Zebra Codes

Prematue Optimisation is Necessary, not Evil

21st of October, 2023

According to the oft-repeated advice of Donald Knuth, “premature optimisation is the root of all evil.” In my opinion this is poor advice. Let me tell you why.

Conventional wisdom holds that you should optimize only at the end of the project, when the architecture is settled, the algorithms implemented, and the bugs fixed. Only then is the program stable enough to warrant optimization. You should use a profiler to identify the “hot loop”: the portion of the code where the majority of the time is being spend, and focus your optimization effort in that.

This may have been good advice when it was written in 1974, but programs are vastly more complex now, and that complexity comes at a cost.

You may notice that despite computers becoming ever faster, application performance tends to remain the same. If you were to attempt profile guided optimization of, say, a word processor then you would likely be disappointed. The application spends 90% of its time idle while waiting for user input, and the rest of the time is spent “nowhere in particular” – you will not find a smoking-gun “hot loop” to optimize, but thousands of tiny function calls each of which takes virtually no time at all.

Allow me to introduce you to another proverb:

Look after the pennies, and the pounds will look after themselves.

Proverb

The reason that the application is performing slowly is death by a million cuts: a pointer indirection here, a virtual function there… things so trivial it feels like they are free on anything other than an antique CPU. That is an illusion, however, and they are not free. Any one of them (or all of them!) may cause a cache miss, wasting hundreds or thousands of cycles as code or data is fetched from memory or the instruction pipeline is flushed and recomputed. Multiply this by the many times it occurs and you start to see why your application is not as fast as it should be.

At this point many people will be thinking, “So what? It may not be instant but it’s still perfectly acceptable.” This is, frankly, a selfish attitude. You are asserting that it is OK to waste other people’s resources. Your application is not the only one running on the system. The user may not be able to afford a machine as powerful as your development box. You may be needlessly draining the battery on someone’s portable device. In short: the time is not yours to waste.

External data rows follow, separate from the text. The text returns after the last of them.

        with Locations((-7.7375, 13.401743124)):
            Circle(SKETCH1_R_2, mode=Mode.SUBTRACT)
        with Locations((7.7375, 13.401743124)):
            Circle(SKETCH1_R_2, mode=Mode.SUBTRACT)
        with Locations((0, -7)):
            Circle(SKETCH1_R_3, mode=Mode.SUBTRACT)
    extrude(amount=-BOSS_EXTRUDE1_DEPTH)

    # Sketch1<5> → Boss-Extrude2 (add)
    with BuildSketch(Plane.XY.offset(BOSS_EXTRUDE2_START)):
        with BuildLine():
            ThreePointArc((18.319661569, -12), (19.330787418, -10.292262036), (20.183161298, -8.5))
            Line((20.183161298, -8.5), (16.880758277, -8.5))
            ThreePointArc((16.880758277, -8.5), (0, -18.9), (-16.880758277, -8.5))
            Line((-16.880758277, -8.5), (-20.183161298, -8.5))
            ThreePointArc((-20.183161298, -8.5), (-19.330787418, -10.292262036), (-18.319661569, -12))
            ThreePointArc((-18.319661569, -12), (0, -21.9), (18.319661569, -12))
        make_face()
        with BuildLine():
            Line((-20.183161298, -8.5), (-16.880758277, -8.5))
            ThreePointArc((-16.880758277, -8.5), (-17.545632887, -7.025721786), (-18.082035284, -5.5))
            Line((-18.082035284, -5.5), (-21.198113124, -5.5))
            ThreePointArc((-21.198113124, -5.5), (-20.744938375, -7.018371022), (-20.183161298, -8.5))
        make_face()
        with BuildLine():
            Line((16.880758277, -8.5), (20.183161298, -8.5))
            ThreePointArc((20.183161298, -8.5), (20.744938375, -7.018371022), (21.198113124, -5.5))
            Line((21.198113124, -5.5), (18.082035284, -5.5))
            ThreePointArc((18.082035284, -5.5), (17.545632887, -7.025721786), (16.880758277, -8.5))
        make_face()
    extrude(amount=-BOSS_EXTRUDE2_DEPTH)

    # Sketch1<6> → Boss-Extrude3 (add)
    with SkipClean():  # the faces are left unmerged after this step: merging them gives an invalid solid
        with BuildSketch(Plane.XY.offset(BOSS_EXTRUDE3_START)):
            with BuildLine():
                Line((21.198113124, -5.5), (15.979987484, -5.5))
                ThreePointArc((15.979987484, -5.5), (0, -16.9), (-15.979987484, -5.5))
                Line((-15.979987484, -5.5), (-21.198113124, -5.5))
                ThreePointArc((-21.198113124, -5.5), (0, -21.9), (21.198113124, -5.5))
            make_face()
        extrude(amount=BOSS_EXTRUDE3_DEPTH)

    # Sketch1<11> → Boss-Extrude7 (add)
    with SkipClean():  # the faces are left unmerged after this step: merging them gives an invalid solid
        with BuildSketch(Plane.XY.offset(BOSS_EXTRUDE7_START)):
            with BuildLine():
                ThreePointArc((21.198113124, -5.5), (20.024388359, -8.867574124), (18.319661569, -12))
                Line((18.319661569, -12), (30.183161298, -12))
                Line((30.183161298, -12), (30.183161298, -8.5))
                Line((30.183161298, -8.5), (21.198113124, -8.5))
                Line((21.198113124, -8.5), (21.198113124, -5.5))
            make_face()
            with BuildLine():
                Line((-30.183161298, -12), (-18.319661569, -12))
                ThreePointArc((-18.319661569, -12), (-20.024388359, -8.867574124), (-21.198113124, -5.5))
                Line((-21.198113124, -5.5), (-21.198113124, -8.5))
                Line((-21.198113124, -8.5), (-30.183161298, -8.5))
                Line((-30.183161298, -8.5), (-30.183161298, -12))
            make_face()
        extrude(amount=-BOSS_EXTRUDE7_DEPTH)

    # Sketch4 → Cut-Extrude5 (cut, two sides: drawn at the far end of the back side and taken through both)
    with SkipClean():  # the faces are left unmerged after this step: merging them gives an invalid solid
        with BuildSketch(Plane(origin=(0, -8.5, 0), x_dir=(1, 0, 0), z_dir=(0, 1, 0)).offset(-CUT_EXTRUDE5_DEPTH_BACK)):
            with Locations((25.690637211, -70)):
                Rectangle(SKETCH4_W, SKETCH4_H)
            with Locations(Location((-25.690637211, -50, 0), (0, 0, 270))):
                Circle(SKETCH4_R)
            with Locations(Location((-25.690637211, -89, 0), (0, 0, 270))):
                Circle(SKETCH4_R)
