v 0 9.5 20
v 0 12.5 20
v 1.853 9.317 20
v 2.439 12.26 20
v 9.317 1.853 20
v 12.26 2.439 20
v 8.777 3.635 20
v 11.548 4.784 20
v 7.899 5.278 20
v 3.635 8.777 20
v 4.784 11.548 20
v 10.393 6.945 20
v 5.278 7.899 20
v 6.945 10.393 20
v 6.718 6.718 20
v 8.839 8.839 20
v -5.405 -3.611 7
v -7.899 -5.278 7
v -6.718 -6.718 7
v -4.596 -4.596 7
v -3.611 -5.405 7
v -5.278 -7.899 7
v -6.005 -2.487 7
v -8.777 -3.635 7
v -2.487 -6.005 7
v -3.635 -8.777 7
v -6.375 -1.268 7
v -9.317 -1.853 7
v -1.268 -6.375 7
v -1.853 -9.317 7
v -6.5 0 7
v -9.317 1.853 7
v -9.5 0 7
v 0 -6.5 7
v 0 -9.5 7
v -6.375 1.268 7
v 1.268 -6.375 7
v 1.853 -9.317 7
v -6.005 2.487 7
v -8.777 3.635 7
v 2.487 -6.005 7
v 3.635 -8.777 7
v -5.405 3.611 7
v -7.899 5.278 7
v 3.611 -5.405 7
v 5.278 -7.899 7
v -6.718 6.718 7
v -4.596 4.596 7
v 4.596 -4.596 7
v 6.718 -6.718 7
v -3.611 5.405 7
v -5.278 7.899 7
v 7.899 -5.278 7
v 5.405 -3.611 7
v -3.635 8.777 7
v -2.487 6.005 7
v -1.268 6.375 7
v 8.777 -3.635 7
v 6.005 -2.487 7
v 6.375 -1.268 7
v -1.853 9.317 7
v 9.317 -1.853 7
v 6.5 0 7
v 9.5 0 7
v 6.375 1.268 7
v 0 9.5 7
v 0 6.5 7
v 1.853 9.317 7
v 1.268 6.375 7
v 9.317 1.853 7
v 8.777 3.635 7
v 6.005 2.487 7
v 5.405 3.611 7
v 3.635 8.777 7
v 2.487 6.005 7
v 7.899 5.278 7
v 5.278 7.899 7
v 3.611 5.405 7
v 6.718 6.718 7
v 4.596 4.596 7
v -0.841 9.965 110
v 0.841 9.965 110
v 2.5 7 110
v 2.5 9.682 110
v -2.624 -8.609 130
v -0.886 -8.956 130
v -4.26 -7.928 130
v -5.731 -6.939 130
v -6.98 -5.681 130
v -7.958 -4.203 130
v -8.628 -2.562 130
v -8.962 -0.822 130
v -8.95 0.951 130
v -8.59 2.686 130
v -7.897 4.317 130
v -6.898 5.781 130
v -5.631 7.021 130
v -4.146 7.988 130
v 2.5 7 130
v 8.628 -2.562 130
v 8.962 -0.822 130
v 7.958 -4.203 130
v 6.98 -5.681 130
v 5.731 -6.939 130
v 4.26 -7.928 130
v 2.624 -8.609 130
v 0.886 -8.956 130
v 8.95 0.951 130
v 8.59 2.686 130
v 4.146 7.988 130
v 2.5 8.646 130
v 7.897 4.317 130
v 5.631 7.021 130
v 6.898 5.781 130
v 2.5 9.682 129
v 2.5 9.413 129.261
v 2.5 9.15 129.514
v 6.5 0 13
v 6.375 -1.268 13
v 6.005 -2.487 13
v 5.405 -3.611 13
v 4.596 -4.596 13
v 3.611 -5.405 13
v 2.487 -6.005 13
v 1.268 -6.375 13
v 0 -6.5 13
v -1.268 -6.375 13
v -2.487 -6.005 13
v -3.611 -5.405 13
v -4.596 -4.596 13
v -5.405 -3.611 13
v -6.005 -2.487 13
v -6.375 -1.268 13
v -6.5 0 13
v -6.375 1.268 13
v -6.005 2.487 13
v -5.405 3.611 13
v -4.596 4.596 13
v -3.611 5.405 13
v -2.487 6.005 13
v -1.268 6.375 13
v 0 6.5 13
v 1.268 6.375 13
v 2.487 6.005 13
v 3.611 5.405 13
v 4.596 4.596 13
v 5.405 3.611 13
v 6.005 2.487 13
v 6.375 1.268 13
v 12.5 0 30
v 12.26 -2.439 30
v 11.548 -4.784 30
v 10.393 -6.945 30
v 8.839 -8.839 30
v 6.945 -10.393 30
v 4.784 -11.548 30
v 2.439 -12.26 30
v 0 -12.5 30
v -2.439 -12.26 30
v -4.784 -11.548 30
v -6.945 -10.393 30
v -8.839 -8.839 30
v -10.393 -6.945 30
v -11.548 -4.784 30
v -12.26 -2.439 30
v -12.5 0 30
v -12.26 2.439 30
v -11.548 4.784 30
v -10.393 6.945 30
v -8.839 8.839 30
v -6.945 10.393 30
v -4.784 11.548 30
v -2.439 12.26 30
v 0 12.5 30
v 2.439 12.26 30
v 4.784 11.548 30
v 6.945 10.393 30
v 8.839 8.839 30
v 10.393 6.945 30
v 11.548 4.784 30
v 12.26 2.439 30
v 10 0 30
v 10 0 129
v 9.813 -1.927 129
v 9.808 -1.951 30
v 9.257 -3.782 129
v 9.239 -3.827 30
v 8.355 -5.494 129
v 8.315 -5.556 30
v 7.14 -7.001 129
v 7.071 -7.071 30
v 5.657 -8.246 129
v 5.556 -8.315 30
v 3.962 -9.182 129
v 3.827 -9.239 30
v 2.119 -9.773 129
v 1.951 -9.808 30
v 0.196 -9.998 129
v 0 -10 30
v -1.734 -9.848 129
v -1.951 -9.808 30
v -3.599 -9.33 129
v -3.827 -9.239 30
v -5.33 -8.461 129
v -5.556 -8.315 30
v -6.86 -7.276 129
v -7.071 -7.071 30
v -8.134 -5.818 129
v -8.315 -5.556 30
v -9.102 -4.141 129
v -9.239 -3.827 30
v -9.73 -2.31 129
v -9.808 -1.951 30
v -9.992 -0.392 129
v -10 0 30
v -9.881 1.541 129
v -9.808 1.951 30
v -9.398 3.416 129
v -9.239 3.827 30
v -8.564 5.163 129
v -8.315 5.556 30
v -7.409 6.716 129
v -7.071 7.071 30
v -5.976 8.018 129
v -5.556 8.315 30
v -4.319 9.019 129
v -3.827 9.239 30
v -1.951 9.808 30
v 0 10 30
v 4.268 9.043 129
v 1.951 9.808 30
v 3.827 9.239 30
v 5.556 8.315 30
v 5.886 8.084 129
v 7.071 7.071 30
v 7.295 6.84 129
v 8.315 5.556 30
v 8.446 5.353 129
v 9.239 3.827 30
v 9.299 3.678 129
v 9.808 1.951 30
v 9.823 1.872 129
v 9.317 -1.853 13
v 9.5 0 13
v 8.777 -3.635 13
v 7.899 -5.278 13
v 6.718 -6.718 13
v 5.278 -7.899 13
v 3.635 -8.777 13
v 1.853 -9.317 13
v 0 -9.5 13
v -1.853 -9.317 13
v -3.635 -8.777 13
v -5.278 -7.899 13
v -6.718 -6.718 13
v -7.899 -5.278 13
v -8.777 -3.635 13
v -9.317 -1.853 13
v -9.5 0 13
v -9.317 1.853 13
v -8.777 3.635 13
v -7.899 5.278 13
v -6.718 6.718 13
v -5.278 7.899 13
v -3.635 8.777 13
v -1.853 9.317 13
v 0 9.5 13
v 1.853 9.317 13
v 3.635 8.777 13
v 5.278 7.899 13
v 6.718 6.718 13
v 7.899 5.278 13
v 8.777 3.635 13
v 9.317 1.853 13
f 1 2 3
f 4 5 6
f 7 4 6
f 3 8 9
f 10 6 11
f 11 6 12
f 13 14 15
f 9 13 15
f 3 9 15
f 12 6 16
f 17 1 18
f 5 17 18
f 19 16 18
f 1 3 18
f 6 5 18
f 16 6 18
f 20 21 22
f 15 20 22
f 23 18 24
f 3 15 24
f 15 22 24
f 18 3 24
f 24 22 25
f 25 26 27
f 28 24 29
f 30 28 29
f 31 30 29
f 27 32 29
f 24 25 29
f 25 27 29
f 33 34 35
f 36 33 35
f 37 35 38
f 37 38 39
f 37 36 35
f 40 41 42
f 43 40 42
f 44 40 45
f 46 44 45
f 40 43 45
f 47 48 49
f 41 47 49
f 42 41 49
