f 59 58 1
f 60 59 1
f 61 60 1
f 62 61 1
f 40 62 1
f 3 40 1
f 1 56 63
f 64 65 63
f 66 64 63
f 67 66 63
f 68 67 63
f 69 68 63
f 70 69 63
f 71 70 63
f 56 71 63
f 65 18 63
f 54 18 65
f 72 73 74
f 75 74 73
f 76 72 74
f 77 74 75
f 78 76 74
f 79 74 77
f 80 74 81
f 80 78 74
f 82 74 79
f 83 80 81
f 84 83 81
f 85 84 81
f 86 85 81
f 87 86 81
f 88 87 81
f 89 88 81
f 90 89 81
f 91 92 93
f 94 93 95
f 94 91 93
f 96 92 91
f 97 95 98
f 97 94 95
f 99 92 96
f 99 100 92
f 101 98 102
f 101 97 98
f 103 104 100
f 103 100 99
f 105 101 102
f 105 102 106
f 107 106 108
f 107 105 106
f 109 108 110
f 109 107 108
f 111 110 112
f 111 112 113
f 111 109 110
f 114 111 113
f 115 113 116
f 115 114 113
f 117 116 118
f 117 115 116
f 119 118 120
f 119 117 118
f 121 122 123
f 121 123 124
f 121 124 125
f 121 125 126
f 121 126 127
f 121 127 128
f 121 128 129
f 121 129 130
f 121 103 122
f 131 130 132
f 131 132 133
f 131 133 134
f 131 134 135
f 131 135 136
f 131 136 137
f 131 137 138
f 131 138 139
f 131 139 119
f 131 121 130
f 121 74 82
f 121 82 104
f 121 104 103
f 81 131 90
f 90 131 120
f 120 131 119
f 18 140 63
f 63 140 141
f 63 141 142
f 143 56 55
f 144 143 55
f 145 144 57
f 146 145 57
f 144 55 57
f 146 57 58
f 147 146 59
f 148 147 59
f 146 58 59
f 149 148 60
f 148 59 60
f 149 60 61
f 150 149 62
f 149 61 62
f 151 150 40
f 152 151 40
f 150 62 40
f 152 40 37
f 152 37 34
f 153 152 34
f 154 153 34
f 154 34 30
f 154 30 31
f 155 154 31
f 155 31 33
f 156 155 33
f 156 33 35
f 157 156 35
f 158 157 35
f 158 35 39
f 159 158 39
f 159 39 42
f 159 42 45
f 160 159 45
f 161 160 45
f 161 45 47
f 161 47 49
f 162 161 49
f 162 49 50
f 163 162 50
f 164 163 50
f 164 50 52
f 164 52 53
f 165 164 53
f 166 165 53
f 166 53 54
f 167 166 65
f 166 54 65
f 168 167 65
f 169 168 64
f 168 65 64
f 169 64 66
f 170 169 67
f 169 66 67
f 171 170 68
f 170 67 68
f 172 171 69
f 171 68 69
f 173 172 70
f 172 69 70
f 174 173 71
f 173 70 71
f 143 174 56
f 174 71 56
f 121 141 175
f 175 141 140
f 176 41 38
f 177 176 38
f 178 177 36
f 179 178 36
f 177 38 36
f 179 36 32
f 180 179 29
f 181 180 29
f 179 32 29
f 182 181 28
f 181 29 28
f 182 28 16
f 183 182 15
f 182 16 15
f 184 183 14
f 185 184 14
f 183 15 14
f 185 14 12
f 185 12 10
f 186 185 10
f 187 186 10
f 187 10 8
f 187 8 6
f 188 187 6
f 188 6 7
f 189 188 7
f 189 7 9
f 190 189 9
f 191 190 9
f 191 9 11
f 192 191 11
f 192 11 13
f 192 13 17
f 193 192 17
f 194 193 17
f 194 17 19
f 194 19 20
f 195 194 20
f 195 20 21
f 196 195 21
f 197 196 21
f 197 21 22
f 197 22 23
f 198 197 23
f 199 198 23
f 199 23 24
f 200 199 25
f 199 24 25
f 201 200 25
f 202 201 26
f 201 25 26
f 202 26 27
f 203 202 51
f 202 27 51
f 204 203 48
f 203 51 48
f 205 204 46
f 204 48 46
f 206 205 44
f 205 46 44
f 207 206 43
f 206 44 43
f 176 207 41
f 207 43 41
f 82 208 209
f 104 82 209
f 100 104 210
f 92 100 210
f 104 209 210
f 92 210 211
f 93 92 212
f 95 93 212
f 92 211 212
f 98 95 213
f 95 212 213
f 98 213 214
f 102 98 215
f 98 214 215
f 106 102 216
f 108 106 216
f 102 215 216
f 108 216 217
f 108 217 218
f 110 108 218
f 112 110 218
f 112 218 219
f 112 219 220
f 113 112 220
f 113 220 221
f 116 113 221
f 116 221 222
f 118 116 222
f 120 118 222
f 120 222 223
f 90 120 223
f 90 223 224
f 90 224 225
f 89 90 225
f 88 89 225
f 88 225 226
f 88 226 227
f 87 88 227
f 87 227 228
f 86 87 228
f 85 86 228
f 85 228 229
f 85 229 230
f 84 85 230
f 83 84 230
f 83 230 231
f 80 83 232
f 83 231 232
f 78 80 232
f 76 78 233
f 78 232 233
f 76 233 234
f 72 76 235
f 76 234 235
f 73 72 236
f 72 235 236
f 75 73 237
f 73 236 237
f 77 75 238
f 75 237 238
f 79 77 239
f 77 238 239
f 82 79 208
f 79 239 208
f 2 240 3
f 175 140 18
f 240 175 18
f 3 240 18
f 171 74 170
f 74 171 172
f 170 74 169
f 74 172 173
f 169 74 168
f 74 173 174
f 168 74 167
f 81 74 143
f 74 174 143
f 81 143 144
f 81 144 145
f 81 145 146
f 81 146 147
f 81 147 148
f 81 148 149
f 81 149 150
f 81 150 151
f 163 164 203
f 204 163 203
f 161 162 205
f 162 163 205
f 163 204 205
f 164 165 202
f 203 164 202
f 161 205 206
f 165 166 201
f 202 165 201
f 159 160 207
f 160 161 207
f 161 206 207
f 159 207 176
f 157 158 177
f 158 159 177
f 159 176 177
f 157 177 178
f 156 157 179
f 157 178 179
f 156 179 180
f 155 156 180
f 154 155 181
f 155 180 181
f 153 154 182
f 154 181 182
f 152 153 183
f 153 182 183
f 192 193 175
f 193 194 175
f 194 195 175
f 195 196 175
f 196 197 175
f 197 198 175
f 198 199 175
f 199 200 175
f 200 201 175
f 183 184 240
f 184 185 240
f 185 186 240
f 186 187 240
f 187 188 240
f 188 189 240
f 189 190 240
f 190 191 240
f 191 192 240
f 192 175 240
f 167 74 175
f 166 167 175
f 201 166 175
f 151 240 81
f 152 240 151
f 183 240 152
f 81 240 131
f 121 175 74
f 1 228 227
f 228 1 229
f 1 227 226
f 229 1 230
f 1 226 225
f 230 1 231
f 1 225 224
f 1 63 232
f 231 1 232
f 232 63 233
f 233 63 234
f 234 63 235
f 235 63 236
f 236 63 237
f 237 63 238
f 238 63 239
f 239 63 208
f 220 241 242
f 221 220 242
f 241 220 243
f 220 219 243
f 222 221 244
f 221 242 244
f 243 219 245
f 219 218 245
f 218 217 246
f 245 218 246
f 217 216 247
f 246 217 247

If you have made it this far without major diagreement then you are doubtless expecting me to provide the solution round about now. Unfortunately there is no easy fix to this: it is a question of mindset. Just like security is something to be considered at every junction, not bolted-on at the end, so must it be with performance. Question your data structures: does the O(1) retrieval from a map save you time, or do you actually only hold 5 items in it and so it would be quicker to use a vector and avoid cache misses? Do you really need another virtual function, or can it be resolved at complie time? Could items be sorted so that you are not constantly flushing the instruction cache as you iterate over a heterogeneous list?

Modern programming languages may have something to answer for here. Programmers are encouraged to work to a machine abstracted away by the compiler, but the truth of the matter is that your code will run on real hardware with real performance considerations.

Object Orientated Programming in particular encourages this kind of of overly optimistic thinking. The Liskov substitution principle tells you that you can iterate over a list of pointers to different types of object as long as they share the same interface; it neglects to mention that each iteration will likely cause a cache miss when it fetches the object, an instruction cache miss when it fetches the appropriate virtual function, and a flush of the execution pipeline.

One potential ray of hope is Data Oriented Design. Essentially this treats your application data as a database, holding similar data contiguously in memory. This is a radical departure from the usual object orientated approach and one that I humbly suggest you look into. It is an entirely different way of structuring an application, and so it is not suitable for integrating into an existing project, however it may be worth considering when designing a fresh application.

In conclusion I would like to reiterate that performance, like security, is something that should be considered at every stage of development and not relegated to a check-list item at the end. Consider the real hardware on which your application will run, not the compiler’s abstract fantasy, and design according. It is hard work, but your users and I will thank you.